(Records from a collection)
________________________

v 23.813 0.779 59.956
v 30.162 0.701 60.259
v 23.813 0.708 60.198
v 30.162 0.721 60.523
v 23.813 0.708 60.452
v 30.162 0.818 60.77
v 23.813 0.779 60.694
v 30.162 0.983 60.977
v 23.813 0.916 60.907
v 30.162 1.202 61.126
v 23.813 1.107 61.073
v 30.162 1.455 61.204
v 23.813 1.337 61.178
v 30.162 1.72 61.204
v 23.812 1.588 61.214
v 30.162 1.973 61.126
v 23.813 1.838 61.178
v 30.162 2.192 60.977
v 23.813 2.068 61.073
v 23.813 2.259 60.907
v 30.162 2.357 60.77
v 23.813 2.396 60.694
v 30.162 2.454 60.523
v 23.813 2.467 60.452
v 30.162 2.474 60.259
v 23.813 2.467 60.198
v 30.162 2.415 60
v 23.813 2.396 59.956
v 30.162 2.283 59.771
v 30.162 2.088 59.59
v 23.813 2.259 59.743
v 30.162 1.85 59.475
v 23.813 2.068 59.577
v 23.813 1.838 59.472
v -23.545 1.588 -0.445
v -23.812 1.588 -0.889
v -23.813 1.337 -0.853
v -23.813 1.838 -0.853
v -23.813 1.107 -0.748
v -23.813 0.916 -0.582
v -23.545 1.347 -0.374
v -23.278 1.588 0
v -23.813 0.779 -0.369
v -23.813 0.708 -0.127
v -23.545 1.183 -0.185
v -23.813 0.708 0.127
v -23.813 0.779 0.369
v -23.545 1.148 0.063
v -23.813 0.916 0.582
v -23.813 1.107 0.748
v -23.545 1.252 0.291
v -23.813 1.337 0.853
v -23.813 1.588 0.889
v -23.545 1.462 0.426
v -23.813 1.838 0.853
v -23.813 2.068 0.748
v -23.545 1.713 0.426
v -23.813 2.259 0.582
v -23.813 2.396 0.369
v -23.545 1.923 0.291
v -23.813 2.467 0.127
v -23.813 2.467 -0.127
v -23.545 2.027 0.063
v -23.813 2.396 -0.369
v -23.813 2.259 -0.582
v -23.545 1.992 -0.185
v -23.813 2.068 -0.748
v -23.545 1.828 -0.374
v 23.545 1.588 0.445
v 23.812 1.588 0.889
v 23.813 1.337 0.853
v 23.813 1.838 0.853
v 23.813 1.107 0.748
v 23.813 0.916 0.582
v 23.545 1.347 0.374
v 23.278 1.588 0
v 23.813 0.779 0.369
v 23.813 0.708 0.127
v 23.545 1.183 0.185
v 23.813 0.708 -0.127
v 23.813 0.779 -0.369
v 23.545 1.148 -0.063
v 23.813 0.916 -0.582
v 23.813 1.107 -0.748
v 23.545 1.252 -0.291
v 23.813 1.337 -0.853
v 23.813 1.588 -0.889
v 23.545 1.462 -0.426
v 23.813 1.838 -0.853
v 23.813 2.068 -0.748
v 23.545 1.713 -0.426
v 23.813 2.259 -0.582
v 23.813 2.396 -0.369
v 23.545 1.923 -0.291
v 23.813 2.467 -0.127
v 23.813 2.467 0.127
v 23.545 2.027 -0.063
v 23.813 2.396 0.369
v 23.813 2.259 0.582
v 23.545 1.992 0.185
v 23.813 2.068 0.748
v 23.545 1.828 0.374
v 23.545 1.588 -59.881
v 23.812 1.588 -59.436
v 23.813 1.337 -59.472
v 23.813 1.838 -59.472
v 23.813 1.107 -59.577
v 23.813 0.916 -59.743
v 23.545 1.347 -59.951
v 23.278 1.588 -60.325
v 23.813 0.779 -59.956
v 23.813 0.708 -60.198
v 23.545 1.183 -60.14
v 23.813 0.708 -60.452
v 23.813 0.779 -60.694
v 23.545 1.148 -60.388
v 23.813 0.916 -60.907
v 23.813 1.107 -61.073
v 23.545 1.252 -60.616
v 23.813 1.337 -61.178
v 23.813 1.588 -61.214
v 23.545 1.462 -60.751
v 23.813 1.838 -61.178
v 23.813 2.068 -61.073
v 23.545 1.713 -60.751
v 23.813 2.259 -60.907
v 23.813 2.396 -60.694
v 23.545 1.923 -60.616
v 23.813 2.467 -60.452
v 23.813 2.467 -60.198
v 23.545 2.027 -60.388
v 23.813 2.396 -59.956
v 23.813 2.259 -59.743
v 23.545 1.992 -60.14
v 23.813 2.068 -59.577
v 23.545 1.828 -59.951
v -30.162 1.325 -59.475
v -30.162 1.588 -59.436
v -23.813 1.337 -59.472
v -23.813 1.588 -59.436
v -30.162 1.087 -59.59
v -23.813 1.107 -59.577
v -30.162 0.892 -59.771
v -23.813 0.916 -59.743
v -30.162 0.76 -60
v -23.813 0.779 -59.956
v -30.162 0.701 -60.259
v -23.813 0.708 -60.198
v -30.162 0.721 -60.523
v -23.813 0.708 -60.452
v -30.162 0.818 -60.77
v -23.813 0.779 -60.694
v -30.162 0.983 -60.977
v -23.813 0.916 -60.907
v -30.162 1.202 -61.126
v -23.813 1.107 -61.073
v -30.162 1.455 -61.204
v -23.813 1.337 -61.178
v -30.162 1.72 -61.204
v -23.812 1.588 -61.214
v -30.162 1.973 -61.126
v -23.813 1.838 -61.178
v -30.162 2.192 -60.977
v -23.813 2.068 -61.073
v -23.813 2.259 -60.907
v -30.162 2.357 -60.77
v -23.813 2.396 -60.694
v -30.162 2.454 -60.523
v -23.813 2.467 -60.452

________________________

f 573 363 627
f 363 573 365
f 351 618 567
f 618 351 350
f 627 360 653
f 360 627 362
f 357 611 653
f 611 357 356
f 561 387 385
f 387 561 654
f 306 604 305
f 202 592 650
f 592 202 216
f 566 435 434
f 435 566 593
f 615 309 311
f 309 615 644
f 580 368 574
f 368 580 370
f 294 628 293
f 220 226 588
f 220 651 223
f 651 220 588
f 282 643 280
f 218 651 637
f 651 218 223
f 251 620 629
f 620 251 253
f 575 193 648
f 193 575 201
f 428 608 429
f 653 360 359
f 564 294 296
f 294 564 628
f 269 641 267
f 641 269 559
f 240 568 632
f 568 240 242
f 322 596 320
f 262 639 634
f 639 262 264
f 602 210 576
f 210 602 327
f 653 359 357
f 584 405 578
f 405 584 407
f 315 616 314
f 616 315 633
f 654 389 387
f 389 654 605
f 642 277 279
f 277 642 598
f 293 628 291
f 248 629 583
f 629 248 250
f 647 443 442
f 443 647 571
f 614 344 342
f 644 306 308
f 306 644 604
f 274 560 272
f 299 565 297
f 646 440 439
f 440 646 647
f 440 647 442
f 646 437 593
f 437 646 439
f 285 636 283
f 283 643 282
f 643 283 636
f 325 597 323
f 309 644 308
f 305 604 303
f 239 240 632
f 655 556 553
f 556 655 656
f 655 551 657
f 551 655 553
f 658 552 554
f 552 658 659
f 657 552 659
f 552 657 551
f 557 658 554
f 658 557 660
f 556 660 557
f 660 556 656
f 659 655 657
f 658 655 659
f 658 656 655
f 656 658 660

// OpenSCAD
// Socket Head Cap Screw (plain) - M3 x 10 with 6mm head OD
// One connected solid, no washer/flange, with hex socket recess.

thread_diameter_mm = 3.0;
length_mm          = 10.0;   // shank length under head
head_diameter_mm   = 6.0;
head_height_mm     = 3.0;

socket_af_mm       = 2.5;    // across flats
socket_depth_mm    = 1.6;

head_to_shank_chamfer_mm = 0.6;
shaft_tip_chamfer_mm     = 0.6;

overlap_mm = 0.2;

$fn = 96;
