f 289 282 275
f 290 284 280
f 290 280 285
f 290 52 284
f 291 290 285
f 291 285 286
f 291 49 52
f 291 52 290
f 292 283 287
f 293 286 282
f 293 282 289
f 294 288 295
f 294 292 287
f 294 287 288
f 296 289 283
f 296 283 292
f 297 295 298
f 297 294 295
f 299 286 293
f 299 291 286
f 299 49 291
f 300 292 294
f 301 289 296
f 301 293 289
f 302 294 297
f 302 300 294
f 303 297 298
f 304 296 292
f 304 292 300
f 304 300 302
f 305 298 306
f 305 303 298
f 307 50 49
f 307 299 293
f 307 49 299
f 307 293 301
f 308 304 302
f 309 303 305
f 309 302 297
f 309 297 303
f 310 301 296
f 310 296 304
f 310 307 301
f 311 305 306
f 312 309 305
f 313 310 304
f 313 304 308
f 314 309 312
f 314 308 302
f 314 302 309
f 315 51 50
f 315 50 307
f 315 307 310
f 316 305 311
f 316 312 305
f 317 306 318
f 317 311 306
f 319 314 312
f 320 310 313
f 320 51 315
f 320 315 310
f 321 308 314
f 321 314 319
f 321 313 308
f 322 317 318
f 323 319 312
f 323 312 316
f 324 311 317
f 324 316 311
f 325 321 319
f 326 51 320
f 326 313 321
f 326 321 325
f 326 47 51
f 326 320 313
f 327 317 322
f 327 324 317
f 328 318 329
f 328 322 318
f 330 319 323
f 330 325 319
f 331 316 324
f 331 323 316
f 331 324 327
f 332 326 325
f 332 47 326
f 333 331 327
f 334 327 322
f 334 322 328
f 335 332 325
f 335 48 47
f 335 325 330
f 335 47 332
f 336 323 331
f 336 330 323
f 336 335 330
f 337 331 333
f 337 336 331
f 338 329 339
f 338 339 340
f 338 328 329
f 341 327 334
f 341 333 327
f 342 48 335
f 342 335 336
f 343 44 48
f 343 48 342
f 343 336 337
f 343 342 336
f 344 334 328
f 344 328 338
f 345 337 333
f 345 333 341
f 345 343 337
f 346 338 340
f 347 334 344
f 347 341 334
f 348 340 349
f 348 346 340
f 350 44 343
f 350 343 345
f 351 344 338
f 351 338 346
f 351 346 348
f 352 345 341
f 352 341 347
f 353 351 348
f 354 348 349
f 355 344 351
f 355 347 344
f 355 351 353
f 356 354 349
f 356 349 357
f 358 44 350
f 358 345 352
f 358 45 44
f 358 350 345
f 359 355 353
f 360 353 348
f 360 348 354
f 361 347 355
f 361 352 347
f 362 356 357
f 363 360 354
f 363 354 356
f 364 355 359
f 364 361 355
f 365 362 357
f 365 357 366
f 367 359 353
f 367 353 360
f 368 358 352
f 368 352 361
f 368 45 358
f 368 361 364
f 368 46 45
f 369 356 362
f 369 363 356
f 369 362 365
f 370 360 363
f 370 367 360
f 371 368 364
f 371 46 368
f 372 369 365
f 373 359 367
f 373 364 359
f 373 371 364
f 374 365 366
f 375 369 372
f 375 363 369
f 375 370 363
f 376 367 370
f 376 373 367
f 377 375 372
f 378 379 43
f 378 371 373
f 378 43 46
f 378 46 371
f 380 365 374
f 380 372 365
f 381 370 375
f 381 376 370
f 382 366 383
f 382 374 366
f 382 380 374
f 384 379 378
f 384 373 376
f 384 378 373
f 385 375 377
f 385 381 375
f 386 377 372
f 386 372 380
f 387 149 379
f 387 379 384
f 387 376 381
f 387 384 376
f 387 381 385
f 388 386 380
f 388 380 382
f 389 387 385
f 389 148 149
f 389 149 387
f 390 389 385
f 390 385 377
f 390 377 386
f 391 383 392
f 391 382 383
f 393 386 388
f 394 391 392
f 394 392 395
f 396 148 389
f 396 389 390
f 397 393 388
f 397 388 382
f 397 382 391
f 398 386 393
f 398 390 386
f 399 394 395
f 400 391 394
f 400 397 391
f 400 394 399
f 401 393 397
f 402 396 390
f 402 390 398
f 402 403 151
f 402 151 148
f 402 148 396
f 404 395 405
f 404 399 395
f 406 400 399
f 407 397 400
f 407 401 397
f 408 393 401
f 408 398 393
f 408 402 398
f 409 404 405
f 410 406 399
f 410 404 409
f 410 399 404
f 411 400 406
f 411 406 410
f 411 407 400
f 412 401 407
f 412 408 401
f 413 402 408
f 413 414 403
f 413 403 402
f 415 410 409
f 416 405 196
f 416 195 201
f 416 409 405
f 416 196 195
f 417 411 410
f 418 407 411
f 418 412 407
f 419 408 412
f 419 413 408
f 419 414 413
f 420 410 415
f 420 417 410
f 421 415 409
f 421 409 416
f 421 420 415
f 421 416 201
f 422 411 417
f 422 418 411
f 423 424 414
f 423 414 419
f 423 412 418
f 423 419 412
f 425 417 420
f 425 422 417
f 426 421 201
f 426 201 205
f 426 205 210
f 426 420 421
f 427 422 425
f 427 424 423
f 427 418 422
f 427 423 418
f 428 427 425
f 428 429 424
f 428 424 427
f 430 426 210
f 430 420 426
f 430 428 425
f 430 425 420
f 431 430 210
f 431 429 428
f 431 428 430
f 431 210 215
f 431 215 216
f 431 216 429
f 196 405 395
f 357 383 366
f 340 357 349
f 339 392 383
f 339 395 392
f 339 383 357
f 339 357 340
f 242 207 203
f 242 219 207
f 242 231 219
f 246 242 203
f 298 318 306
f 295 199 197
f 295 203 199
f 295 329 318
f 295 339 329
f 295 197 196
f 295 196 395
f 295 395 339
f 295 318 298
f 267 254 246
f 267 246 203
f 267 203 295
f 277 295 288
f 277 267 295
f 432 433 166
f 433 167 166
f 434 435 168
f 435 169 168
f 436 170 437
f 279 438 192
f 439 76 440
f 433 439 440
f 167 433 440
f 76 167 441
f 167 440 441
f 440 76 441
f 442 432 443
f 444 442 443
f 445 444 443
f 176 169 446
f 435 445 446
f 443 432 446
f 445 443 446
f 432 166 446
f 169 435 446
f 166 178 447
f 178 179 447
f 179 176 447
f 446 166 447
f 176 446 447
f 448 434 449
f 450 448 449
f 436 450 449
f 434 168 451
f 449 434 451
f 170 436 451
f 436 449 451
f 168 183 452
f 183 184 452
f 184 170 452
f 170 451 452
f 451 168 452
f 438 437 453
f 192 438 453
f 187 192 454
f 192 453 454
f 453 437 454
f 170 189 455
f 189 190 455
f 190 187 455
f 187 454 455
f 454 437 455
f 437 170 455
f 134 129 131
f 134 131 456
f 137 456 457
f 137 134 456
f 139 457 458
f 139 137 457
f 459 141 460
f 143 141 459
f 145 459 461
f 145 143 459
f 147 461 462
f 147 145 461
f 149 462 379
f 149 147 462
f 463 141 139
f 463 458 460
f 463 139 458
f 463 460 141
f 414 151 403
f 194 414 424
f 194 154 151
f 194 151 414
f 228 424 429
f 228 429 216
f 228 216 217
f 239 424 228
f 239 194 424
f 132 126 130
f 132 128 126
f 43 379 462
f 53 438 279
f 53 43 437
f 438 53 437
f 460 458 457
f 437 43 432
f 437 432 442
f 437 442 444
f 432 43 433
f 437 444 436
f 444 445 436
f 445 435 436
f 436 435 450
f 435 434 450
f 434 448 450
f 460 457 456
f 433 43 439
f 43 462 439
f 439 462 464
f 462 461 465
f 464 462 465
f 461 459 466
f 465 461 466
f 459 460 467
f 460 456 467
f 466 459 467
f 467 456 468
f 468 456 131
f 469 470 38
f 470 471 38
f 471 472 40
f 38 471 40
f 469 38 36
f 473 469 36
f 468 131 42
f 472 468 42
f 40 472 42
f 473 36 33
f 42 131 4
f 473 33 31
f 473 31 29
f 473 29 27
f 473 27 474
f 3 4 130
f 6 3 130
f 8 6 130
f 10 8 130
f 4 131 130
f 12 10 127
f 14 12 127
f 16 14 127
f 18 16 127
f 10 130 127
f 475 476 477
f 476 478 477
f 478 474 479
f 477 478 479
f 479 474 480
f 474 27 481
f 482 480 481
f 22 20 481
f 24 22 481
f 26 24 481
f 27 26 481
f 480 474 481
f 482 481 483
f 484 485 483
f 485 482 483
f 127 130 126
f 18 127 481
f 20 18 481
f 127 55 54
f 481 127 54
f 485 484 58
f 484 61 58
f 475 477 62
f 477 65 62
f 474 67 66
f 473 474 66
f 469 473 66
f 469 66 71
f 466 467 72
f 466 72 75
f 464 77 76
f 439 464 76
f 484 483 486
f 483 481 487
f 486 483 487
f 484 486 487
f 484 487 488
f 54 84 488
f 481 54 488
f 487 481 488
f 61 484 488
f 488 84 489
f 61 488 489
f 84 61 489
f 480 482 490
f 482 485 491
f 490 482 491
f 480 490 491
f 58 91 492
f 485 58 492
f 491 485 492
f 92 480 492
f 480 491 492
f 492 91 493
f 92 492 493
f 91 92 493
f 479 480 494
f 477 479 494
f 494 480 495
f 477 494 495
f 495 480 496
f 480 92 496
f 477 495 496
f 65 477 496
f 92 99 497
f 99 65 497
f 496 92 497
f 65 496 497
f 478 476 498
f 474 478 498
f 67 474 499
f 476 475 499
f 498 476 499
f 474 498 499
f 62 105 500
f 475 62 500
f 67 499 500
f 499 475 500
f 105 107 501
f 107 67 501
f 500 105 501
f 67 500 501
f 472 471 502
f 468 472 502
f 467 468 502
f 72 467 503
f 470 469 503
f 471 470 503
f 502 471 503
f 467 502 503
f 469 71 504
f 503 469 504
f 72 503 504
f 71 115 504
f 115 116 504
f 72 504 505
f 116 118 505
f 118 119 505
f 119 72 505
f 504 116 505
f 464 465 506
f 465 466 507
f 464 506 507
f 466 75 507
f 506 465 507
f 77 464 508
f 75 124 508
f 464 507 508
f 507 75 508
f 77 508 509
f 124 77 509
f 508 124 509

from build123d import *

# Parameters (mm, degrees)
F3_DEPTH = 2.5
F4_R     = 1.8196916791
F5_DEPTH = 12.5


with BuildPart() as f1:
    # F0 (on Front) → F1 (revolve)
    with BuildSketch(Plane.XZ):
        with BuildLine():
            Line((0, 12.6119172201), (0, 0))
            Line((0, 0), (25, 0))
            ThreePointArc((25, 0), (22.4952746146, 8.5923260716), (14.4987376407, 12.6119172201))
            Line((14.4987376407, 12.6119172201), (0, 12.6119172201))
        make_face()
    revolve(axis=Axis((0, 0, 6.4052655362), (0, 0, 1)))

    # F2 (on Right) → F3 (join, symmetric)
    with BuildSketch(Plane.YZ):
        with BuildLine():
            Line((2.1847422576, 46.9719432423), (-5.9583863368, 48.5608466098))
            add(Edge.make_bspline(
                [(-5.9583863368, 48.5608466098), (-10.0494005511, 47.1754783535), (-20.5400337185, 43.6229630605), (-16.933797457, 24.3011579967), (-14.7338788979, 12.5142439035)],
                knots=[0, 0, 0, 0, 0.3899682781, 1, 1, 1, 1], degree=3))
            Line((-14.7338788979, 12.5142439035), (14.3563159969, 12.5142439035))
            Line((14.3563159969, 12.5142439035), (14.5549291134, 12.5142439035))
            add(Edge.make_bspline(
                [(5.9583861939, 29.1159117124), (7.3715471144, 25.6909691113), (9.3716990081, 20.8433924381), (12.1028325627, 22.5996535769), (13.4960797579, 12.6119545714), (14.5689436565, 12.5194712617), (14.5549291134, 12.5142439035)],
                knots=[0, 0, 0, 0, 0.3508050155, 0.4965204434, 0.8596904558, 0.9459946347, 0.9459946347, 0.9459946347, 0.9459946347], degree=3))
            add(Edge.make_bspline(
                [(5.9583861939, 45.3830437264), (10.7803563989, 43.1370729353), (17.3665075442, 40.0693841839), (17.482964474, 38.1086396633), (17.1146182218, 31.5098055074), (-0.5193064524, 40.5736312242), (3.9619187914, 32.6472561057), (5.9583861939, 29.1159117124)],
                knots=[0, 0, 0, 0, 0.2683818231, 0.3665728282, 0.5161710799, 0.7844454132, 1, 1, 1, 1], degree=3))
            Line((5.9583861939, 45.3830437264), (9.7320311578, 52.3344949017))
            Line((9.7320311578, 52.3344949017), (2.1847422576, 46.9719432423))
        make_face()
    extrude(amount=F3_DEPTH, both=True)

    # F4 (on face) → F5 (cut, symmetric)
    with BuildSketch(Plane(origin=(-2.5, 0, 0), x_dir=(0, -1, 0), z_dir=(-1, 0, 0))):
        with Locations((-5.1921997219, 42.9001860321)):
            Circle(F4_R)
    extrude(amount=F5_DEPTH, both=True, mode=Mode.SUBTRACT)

________________________

## What this task involves
Your task is to retype the entries verbatim, starting with the line that holds "v 23.813 1.337 0.853" and stopping after the line that holds "v 23.545 1.252 -0.291".

## Exercise response
v 23.813 1.337 0.853
v 23.813 1.838 0.853
v 23.813 1.107 0.748
v 23.813 0.916 0.582
v 23.545 1.347 0.374
v 23.278 1.588 0
v 23.813 0.779 0.369
v 23.813 0.708 0.127
v 23.545 1.183 0.185
v 23.813 0.708 -0.127
v 23.813 0.779 -0.369
v 23.545 1.148 -0.063
v 23.813 0.916 -0.582
v 23.813 1.107 -0.748
v 23.545 1.252 -0.291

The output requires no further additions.